Dit betekent dat als jouw website bestaat uit in totaal 100 bestanden (inclusief Javascript en CSS), de browser tien keer opnieuw verbinding moet maken met de server en website.

Omdat al deze HTTP-verzoeken via internet naar de website worden gestuurd, kan dit maar zo één of twee seconden extra wachttijd kosten. Dit wordt ook wel page load time genoemd. Erg vervelend voor bezoekers.

Het is dus belangrijk om het aantal HTTP-verzoeken te minimaliseren. Dit kan eenvoudig op twee manieren:

  • Afbeeldingen samenvoegen tot CSS-sprites
  • Verschillende soorten content offloaden via een Content Delivery Network (CDN)

Deze twee methodes worden in de volgende onderwerpen verder uitgelegd.

CSS-sprites

Afbeeldingen samenvoegen tot zo min mogelijk aantal bestanden met behulp van CSS-sprites vermindert het aantal HTTP-verzoeken dat een browser moet uitvoeren. Ook vermindert dit het aantal bytes dat vanaf de website gedownload wordt; het kost minder bandbreedte. Win-win-situatie dus!

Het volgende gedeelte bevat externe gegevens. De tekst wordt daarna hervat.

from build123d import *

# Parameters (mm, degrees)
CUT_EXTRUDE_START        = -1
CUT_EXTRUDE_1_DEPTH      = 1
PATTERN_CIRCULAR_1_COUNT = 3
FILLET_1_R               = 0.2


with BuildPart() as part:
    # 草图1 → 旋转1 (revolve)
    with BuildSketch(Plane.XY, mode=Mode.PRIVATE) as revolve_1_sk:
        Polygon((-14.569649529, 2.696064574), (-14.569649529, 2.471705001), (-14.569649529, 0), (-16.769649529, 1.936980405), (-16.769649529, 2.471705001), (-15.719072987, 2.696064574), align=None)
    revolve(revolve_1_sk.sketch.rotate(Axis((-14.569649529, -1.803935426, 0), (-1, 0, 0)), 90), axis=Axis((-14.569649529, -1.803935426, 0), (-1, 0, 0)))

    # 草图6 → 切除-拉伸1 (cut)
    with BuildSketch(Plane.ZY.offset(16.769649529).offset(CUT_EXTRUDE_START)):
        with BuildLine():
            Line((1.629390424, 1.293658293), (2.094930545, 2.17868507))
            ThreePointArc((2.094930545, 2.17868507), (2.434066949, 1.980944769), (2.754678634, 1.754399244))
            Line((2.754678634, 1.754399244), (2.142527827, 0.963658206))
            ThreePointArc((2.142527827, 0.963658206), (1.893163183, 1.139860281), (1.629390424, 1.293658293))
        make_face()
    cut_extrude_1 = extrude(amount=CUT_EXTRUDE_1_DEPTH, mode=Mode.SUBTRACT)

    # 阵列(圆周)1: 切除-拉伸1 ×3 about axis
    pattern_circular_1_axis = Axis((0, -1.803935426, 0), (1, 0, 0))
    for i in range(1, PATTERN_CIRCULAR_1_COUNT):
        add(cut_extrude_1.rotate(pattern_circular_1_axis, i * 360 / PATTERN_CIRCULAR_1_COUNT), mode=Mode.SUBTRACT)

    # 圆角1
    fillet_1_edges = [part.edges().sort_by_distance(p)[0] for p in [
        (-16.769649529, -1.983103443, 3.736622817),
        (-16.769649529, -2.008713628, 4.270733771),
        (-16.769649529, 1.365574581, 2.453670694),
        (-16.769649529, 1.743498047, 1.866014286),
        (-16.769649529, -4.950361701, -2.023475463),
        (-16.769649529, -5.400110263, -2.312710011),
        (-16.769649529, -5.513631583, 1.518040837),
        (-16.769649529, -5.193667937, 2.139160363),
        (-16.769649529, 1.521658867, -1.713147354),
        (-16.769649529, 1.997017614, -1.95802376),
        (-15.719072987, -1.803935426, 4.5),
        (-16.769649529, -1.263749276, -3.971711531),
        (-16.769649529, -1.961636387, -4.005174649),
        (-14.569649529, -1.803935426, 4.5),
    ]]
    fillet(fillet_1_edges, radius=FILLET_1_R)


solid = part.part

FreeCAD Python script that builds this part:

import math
import FreeCAD as App
import Part
import Sketcher
from FreeCAD import Vector
Q = App.Units.Quantity


def edges_at(feature, points):
    """Names of the edges that pass closest to the given points."""
    edges = feature.Shape.Edges
    near = lambda p: min(range(len(edges)), key=lambda i: edges[i].distToShape(Part.Vertex(*p))[0])
    return sorted({f"Edge{near(p) + 1}" for p in points})


def add_polygon(sketch, points):
    """Adds a closed chain of lines whose ends are joined by coincident constraints."""
    first, n = sketch.GeometryCount, len(points)
    for a, b in zip(points, points[1:] + points[:1]):
        sketch.addGeometry(Part.LineSegment(App.Vector(*a, 0), App.Vector(*b, 0)), False)
    for i in range(n):
        sketch.addConstraint(Sketcher.Constraint("Coincident", first + i, 2, first + (i + 1) % n, 1))

doc = App.newDocument("Part")
params = doc.addObject("Spreadsheet::Sheet", "Params")
for row, (alias, value) in enumerate([
    ("sketch1_width", "2.2 mm"),
    ("revolution_angle", "360 deg"),
    ("sketch2_radius", "3.5 mm"),
    ("sketch2_radius2", "4.5 mm"),
    ("pocket1_length", "1 mm"),
    ("fillet_radius", "0.2 mm"),
], start=1):
    params.set(f"A{row}", alias)
    params.set(f"B{row}", "=" + value)
    params.setAlias(f"B{row}", alias)

body = doc.addObject("PartDesign::Body", "Body")

# Sketch on XY plane
sketch1 = doc.addObject("Sketcher::SketchObject", "Sketch")
body.addObject(sketch1)
sketch1.AttachmentSupport = (doc.XY_Plane, [""])
sketch1.MapMode = "FlatFace"
add_polygon(sketch1, [(-14.56965, 0), (-14.56965, 2.696065), (-15.719073, 2.696065), (-16.76965, 2.471705), (-16.76965, 1.93698)])  # lines 0-4
sketch1.addGeometry(Part.LineSegment(Vector(-14.56965, -1.803935, 0), Vector(-16.76965, -1.803935, 0)), True)  # axis
sketch1.addConstraint([
    Sketcher.Constraint("Vertical", 0),
    Sketcher.Constraint("Horizontal", 1),
    Sketcher.Constraint("Vertical", 3),
    Sketcher.Constraint("Horizontal", 5),
    Sketcher.Constraint("PointOnObject", 4, 2, -1),
    Sketcher.Constraint("Vertical", 4, 2, 5, 1),
    Sketcher.Constraint("Vertical", 3, 2, 5, 2),
    Sketcher.Constraint("DistanceX", 5, 2, 5, 1, Q("2.2 mm")),
    Sketcher.Constraint("DistanceY", 5, 1, 0, 2, Q("4.5 mm")),
    Sketcher.Constraint("DistanceX", 1, 2, 1, 1, Q("1.149423 mm")),
    Sketcher.Constraint("DistanceY", 0, 1, 0, 2, Q("2.696065 mm")),
    Sketcher.Constraint("DistanceY", 3, 2, 3, 1, Q("0.534725 mm")),
    Sketcher.Constraint("DistanceX", 0, 2, -1, 1, Q("14.56965 mm")),
    Sketcher.Constraint("DistanceY", -1, 1, 3, 2, Q("1.93698 mm")),
])
sketch1.setExpression("Constraints[12]", "Params.sketch1_width")
revolution = doc.addObject("PartDesign::Revolution", "Revolution")
body.addObject(revolution)
revolution.Profile = sketch1
revolution.ReferenceAxis = (sketch1, ["Axis0"])
revolution.setExpression("Angle", "Params.revolution_angle")

# Sketch on YZ plane
sketch2 = doc.addObject("Sketcher::SketchObject", "Sketch001")
body.addObject(sketch2)
sketch2.AttachmentSupport = (doc.YZ_Plane, [""])
sketch2.MapMode = "FlatFace"
sketch2.AttachmentOffset = App.Placement(Vector(0, 0, -15.76965), App.Rotation())
sketch2.addGeometry([
    Part.LineSegment(Vector(2.178685, 2.094931, 0), Vector(1.293658, 1.62939, 0)),
    Part.ArcOfCircle(Part.Circle(Vector(-1.803935, 0, 0), Vector(0, 0, 1), 3.5), math.radians(27.745183), math.radians(37.745183)),
    Part.LineSegment(Vector(0.963658, 2.142528, 0), Vector(1.754399, 2.754679, 0)),
    Part.ArcOfCircle(Part.Circle(Vector(-1.803935, 0, 0), Vector(0, 0, 1), 4.5), math.radians(27.745183), math.radians(37.745183)),
], False)
sketch2.addConstraint([
    Sketcher.Constraint("Coincident", 0, 2, 1, 1),
    Sketcher.Constraint("Coincident", 1, 2, 2, 1),
    Sketcher.Constraint("Coincident", 2, 2, 3, 2),
    Sketcher.Constraint("Coincident", 3, 1, 0, 1),
    Sketcher.Constraint("Coincident", 3, 3, 1, 3),
    Sketcher.Constraint("PointOnObject", 1, 3, -1),
    Sketcher.Constraint("Radius", 1, Q("3.5 mm")),
    Sketcher.Constraint("Radius", 3, Q("4.5 mm")),
    Sketcher.Constraint("DistanceX", 1, 2, 0, 2, Q("0.33 mm")),
    Sketcher.Constraint("DistanceX", -1, 1, 2, 2, Q("1.754399 mm")),
    Sketcher.Constraint("DistanceX", -1, 1, 0, 2, Q("1.293658 mm")),
    Sketcher.Constraint("DistanceY", -1, 1, 0, 2, Q("1.62939 mm")),
    Sketcher.Constraint("DistanceY", -1, 1, 3, 1, Q("2.094931 mm")),
])
sketch2.setExpression("Constraints[6]", "Params.sketch2_radius")
sketch2.setExpression("Constraints[7]", "Params.sketch2_radius2")
pocket1 = doc.addObject("PartDesign::Pocket", "Pocket")
body.addObject(pocket1)
pocket1.Profile = sketch2
pocket1.setExpression("Length", "Params.pocket1_length")
doc.recompute()

datumline = doc.addObject("PartDesign::Line", "DatumLine")
body.addObject(datumline)
datumline.Placement = App.Placement(Vector(0, -1.803935, 0), App.Rotation(Vector(0, 0, 1), Vector(1, 0, 0)))
polarpattern = doc.addObject("PartDesign::PolarPattern", "PolarPattern")
body.addObject(polarpattern)
polarpattern.Originals = [pocket1]
polarpattern.Axis = (datumline, [""])
polarpattern.Angle = 360
polarpattern.Occurrences = 3
body.Tip = polarpattern
doc.recompute()

fillet = doc.addObject("PartDesign::Fillet", "Fillet")
body.addObject(fillet)
fillet.Base = (polarpattern, edges_at(polarpattern, [
    (-16.77, -1.983, 3.737),
    (-16.77, -2.009, 4.271),
    (-16.77, 1.366, 2.454),
    (-16.77, 1.743, 1.866),
    (-16.77, -4.95, -2.023),
    (-16.77, -5.4, -2.313),
    (-16.77, -5.514, 1.518),
    (-16.77, -5.194, 2.139),
    (-16.77, 1.522, -1.713),
    (-16.77, 1.997, -1.958),
    (-15.719, -1.804, 4.5),
    (-16.77, -1.264, -3.972),
    (-16.77, -1.962, -4.005),
    (-14.57, -1.804, 4.5),
]))
fillet.setExpression("Radius", "Params.fillet_radius")

doc.recompute()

Afbeeldingen die op dezelfde pagina getoond worden en altijd gezamenlijk, zijn goede kandidaten om samengevoegd te worden tot een sprite. Bijvoorbeeld een set van Social Media-icoontjes die op elke pagina weer bij elkaar getoond worden.

Als je meer wilt weten over CSS-sprites kijk dan even bij Google:
https://developers.google.com/speed/docs/best-practices/rtt?hl=nl#SpriteImages. Je vindt hier meer informatie over het maken ervan.

Content “offloading” (“Content Delivery Network”, of CDN)

Een tweede manier om het aantal HTTP-verzoeken te verminderen is om verschillende typen bestanden te laden vanaf verschillende URL’s. Dit heet offloading.

Ik heb uitgelegd dat een browser maximaal ‘x’ (10) HTTP-verzoeken tegelijkertijd kan uitvoeren, naar een specifieke hostnaam. Dat wil zeggen dat als je content laadt vanaf twee URL’s de browser niet tien, maar 20 HTTP-verzoeken tegelijkertijd maakt. Hierdoor halveert het aantal nieuw te maken verbindingen naar uw website, van tien naar vijf!

Je creëert al snel jouw eigen self-hosted Content Delivery Network (of CDN) door content te laden vanaf twee of meer hostnamen. Hiervoor hoef je helemaal geen dure cloud- of CDN-dienst af te nemen! Je stelt dit eenvoudig en makkelijk in via hostheaders (subdomeinen) voor domeinnaam en website.

Een CDN-aanbieder biedt je wel het voordeel dat de bestanden op verschillende locaties op internet beschikbaar zijn, in de cloud. Dichterbij de bezoeker, en dus sneller gedownloaded.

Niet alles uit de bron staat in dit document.